Hacker News new | ask | show | jobs
by ogogmad 1520 days ago
I thought entropy (in the Shannon sense) was a property of discrete and finite probability distributions. It's essentially a measure of how random a sample from such a probability distribution is. Notably, continuous probability distributions don't have meaningful entropy (or in some sense, their entropy is always infinite). It's worth considering the similarities and differences between entropy and standard deviation.

I thought the 2nd law of thermodynamics was saying that with incomplete knowledge, the probability distribution of possible states becomes more and more spread out as time goes on. It's almost a limit to how you can make predictions or simulations of physics when the initial state of the system is not fully known. Equivalently, it's a banal statement about chaos in the sense of chaos theory.

The only thing I don't get is how physicists get around the discrete and finite restriction. Maybe the state of the system is not what has entropy. Rather, one can define an arbitrary function f from the system to a finite set S, and then talk about the entropy of f(System at time t), because this is indeed a discrete and finite probability distribution which you can take the entropy of.

Hmmm. Maybe I understand entropy.

9 comments

> The only thing I don't get is how physicists get around the discrete and finite restriction.

Actually, they don't! When you start doing the math about states in a quantum sense (i.e. statistical mechanics), the basic premise is that the available range of states _is_ discrete. Particles are quantized - so they can only possess certain allowable discrete energy levels. The broader laws of thermodynamics fall out of that and appear to be continuous as you scale up to the macro world across a huge number of microstates.

I think this comment is significantly more insightful than the article.

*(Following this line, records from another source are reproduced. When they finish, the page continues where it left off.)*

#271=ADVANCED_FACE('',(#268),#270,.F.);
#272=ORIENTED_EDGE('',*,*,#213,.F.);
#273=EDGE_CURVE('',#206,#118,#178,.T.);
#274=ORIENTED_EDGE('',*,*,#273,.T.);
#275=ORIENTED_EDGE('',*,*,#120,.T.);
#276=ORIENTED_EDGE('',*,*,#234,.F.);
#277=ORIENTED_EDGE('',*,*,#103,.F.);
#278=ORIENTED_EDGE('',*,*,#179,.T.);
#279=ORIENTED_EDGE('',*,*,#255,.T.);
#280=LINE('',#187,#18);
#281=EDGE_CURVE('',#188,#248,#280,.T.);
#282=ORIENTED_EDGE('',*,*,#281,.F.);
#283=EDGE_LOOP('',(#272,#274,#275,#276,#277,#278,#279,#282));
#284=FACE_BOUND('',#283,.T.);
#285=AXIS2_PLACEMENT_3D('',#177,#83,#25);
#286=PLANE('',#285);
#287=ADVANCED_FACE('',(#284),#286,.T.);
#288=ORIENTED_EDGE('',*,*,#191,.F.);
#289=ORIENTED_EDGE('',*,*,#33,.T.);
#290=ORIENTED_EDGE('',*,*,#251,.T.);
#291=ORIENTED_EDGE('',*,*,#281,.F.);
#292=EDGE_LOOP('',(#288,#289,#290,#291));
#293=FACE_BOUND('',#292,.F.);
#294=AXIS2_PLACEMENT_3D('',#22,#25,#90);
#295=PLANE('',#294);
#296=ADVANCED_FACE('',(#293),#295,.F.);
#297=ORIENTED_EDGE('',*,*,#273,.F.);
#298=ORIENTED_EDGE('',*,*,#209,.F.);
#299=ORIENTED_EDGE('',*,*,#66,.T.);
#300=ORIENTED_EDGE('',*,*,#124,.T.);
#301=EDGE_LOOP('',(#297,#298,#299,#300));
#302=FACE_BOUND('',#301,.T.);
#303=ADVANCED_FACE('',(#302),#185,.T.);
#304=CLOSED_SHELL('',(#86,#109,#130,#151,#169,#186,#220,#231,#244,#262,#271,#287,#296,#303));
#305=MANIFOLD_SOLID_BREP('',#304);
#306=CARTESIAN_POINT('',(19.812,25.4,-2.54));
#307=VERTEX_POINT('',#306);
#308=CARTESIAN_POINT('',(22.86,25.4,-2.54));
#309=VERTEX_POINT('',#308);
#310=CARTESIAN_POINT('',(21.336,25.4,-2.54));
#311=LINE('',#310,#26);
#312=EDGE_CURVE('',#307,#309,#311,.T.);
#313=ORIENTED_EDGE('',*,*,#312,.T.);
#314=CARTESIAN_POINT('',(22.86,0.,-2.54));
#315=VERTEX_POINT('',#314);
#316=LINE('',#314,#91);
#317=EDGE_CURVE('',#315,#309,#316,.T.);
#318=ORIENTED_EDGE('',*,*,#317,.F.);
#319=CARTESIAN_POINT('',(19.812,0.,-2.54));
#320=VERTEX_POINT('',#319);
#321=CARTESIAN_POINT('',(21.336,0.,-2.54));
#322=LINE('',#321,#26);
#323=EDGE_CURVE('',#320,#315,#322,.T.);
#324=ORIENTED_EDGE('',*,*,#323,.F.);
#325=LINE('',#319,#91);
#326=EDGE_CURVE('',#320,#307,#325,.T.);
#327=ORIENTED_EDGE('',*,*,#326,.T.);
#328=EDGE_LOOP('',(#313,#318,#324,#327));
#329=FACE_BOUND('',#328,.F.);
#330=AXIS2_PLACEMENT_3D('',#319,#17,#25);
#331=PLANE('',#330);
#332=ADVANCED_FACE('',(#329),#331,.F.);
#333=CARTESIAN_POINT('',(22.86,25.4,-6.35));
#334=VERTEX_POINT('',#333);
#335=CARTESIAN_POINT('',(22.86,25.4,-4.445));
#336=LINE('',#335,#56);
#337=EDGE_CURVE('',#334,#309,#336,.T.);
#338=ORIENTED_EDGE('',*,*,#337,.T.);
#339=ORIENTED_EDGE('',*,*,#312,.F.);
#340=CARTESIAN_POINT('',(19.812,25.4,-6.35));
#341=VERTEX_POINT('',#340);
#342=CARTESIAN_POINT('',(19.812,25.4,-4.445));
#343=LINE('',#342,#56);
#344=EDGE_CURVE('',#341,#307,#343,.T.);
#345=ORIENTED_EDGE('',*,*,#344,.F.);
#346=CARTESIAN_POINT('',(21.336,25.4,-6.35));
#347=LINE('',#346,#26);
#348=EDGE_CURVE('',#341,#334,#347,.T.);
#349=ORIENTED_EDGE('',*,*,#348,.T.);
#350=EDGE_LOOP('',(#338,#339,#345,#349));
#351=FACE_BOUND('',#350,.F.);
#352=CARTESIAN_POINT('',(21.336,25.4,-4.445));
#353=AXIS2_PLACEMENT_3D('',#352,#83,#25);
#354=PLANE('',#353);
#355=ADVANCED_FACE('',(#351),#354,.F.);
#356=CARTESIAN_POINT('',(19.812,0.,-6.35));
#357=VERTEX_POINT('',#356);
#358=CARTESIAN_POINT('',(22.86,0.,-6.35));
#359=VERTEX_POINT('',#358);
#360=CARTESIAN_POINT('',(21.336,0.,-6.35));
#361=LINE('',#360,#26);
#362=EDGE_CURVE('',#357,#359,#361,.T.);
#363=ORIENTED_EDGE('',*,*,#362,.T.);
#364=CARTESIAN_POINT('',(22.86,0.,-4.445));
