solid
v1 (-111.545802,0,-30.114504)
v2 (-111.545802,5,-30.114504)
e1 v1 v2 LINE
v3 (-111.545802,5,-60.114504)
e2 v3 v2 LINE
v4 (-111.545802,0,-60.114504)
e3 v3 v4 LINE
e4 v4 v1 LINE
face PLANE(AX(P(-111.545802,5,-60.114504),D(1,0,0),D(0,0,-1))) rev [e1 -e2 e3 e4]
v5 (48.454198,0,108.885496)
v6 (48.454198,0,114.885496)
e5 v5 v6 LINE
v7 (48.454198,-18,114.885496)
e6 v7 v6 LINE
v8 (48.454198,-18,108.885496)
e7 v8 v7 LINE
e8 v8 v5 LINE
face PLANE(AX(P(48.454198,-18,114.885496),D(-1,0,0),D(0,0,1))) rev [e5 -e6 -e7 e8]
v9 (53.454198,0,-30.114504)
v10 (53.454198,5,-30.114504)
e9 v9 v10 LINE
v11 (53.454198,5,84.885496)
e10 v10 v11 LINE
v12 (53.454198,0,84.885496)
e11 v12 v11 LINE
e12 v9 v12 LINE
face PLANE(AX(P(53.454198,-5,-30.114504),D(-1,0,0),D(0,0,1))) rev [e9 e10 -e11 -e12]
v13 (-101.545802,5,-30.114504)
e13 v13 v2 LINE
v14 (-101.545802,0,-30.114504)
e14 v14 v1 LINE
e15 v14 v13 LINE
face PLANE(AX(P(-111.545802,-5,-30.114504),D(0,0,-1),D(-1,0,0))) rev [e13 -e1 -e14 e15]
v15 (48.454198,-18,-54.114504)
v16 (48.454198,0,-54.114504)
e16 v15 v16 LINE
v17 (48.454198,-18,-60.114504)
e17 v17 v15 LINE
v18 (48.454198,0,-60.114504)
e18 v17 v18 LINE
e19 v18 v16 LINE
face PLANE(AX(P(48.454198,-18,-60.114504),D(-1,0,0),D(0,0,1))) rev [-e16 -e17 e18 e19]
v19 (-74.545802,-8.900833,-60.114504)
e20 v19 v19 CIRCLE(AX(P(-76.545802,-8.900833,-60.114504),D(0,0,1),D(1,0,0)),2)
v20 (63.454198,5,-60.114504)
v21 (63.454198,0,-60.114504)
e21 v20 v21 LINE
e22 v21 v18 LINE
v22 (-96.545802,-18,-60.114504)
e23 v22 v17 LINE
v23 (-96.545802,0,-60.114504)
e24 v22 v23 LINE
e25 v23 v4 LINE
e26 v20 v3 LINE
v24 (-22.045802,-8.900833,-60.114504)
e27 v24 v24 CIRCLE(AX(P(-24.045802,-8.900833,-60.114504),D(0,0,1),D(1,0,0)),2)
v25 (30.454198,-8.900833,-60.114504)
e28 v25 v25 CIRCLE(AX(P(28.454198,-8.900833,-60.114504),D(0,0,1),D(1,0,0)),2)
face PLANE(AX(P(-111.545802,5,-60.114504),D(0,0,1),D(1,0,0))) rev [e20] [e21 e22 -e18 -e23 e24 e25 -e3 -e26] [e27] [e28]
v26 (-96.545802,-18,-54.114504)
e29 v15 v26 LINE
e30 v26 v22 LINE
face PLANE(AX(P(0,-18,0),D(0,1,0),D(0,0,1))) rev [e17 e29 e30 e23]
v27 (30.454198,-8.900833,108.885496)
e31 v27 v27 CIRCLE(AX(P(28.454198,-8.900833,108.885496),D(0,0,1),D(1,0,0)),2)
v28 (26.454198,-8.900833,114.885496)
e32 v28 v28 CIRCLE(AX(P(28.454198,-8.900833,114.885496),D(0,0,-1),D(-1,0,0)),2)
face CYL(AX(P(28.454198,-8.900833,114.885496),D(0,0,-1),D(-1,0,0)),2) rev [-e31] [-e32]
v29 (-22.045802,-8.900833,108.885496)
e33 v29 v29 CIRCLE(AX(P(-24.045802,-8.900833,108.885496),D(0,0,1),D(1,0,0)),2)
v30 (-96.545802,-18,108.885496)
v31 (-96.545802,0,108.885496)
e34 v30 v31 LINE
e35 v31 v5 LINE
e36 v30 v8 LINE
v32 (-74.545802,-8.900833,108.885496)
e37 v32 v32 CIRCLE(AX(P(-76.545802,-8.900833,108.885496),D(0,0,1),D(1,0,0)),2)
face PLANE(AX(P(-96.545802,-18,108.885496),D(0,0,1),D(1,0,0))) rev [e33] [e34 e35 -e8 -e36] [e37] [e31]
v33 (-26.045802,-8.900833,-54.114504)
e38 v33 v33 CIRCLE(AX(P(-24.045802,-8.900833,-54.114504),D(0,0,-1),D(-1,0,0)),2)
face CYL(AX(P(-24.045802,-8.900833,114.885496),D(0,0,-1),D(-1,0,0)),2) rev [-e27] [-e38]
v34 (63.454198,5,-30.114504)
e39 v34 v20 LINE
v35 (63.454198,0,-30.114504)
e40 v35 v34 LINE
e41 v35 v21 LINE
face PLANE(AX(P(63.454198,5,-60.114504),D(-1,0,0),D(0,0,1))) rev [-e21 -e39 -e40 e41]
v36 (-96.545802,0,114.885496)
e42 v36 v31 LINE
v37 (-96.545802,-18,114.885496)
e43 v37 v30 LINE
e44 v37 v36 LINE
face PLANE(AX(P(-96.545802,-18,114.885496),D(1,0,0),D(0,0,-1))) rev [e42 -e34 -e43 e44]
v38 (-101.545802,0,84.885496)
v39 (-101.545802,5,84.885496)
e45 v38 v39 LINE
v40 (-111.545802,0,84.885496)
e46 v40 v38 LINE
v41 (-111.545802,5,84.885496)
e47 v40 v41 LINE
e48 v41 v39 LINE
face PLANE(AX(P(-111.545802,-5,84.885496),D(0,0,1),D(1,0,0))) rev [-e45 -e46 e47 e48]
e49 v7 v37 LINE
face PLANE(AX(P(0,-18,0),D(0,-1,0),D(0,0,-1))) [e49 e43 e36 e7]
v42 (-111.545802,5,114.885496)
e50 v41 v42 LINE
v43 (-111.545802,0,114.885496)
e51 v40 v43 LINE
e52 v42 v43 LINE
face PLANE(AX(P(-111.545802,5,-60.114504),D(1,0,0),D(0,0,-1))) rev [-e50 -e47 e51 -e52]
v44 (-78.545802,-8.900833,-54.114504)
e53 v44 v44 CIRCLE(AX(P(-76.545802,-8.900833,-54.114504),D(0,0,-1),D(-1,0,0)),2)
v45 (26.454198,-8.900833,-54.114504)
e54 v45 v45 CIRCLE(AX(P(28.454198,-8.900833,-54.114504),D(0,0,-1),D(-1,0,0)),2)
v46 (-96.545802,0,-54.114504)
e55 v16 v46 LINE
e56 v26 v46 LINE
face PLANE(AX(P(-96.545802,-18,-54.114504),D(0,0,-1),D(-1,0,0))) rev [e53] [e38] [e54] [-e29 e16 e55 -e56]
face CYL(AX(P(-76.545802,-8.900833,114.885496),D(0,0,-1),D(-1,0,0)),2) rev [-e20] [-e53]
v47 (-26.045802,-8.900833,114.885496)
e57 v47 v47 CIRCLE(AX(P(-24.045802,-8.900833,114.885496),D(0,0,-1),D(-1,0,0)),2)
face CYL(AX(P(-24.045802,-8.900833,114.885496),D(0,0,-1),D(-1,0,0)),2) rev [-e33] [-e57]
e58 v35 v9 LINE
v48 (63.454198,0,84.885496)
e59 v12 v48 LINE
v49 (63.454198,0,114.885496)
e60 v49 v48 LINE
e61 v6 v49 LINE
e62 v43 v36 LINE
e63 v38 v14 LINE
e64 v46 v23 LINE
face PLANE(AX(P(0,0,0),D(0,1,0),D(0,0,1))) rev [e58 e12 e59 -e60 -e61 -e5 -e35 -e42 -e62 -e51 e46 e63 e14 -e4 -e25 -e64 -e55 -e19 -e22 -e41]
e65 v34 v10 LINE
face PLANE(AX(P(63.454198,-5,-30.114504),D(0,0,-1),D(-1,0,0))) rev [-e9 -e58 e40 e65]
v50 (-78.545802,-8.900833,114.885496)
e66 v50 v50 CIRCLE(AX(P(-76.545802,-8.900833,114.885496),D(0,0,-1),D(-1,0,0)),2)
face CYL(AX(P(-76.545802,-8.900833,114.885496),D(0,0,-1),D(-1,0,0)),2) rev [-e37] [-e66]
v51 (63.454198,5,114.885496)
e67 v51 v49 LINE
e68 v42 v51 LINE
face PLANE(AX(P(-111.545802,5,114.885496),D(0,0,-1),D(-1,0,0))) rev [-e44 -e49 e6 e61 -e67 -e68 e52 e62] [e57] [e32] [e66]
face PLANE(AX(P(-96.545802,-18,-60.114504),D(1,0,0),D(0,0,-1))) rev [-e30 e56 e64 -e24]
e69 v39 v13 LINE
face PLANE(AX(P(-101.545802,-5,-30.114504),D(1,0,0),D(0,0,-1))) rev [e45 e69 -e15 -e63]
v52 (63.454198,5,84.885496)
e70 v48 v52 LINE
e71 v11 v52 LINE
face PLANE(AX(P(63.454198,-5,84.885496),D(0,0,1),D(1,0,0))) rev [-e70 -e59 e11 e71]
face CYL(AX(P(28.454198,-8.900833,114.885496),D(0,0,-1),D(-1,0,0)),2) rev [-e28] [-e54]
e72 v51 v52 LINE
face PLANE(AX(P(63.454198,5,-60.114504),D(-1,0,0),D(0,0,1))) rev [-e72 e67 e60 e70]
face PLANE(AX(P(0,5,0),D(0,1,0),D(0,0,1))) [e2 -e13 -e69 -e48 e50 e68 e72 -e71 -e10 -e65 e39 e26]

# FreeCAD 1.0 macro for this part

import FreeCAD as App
import Part
import Sketcher
Q = App.Units.Quantity

doc = App.newDocument("Part")
body = doc.addObject("PartDesign::Body", "Body")

# Sketch on XZ plane
sketch1 = body.newObject("Sketcher::SketchObject", "Sketch")
sketch1.AttachmentSupport = (doc.getObject("XZ_Plane"), [""])
sketch1.MapMode = "FlatFace"
sketch1.addGeometry(Part.LineSegment(App.Vector(-112, -60, 0), App.Vector(-112, 115, 0)), False)
sketch1.addGeometry(Part.LineSegment(App.Vector(-112, 115, 0), App.Vector(63, 115, 0)), False)
sketch1.addGeometry(Part.LineSegment(App.Vector(63, 115, 0), App.Vector(63, -60, 0)), False)
sketch1.addGeometry(Part.LineSegment(App.Vector(63, -60, 0), App.Vector(-112, -60, 0)), False)
sketch1.addConstraint(Sketcher.Constraint("Coincident", 0, 2, 1, 1))
sketch1.addConstraint(Sketcher.Constraint("Coincident", 1, 2, 2, 1))
sketch1.addConstraint(Sketcher.Constraint("Coincident", 2, 2, 3, 1))
sketch1.addConstraint(Sketcher.Constraint("Coincident", 3, 2, 0, 1))
sketch1.addConstraint(Sketcher.Constraint("Vertical", 0))
sketch1.addConstraint(Sketcher.Constraint("Horizontal", 1))
sketch1.addConstraint(Sketcher.Constraint("Vertical", 2))
sketch1.addConstraint(Sketcher.Constraint("Horizontal", 3))
sketch1.addConstraint(Sketcher.Constraint("Equal", 3, 0))
sketch1.addConstraint(Sketcher.Constraint("DistanceX", 1, 1, 1, 2, Q("175 mm")))
sketch1.addConstraint(Sketcher.Constraint("DistanceX", 0, 2, -1, 1, Q("111.545802 mm")))
sketch1.addConstraint(Sketcher.Constraint("DistanceY", -1, 1, 0, 2, Q("114.885496 mm")))
pad1 = body.newObject("PartDesign::Pad", "Pad")
pad1.Profile = sketch1
pad1.Length = 5
pad1.Reversed = True

# Sketch on XZ plane
sketch2 = body.newObject("Sketcher::SketchObject", "Sketch001")
sketch2.AttachmentSupport = (doc.getObject("XZ_Plane"), [""])
sketch2.MapMode = "FlatFace"
sketch2.addGeometry(Part.LineSegment(App.Vector(-97, 115, 0), App.Vector(-97, 109, 0)), False)
sketch2.addGeometry(Part.LineSegment(App.Vector(-97, 109, 0), App.Vector(48, 109, 0)), False)
sketch2.addGeometry(Part.LineSegment(App.Vector(48, 109, 0), App.Vector(48, 115, 0)), False)
sketch2.addGeometry(Part.LineSegment(App.Vector(48, 115, 0), App.Vector(-97, 115, 0)), False)
sketch2.addGeometry(Part.LineSegment(App.Vector(-97, -54, 0), App.Vector(-97, -60, 0)), False)
sketch2.addGeometry(Part.LineSegment(App.Vector(-97, -60, 0), App.Vector(48, -60, 0)), False)
sketch2.addGeometry(Part.LineSegment(App.Vector(48, -60, 0), App.Vector(48, -54, 0)), False)
sketch2.addGeometry(Part.LineSegment(App.Vector(48, -54, 0), App.Vector(-97, -54, 0)), False)
sketch2.addConstraint(Sketcher.Constraint("Coincident", 0, 2, 1, 1))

As for the thing you don't get: quantum mechanics means that the state space is actually discrete, which means there is no need to pass to a continuous distribution. And finiteness is not really a concern either: first of all it is not strictly necessary for the (Gibbs) entropy to be defined, and secondly the space state is actually often finite once e.g. the total energy in the system is fixed.

> I thought entropy (in the Shannon sense) was a property of discrete and finite probability distributions. It's essentially a measure of how random a sample from such a probability distribution is. Notably, continuous probability distributions don't have meaningful entropy (or in some sense, their entropy is always infinite).

True, but for continuous distributions you can use the KL divergence against a uniform distribution :)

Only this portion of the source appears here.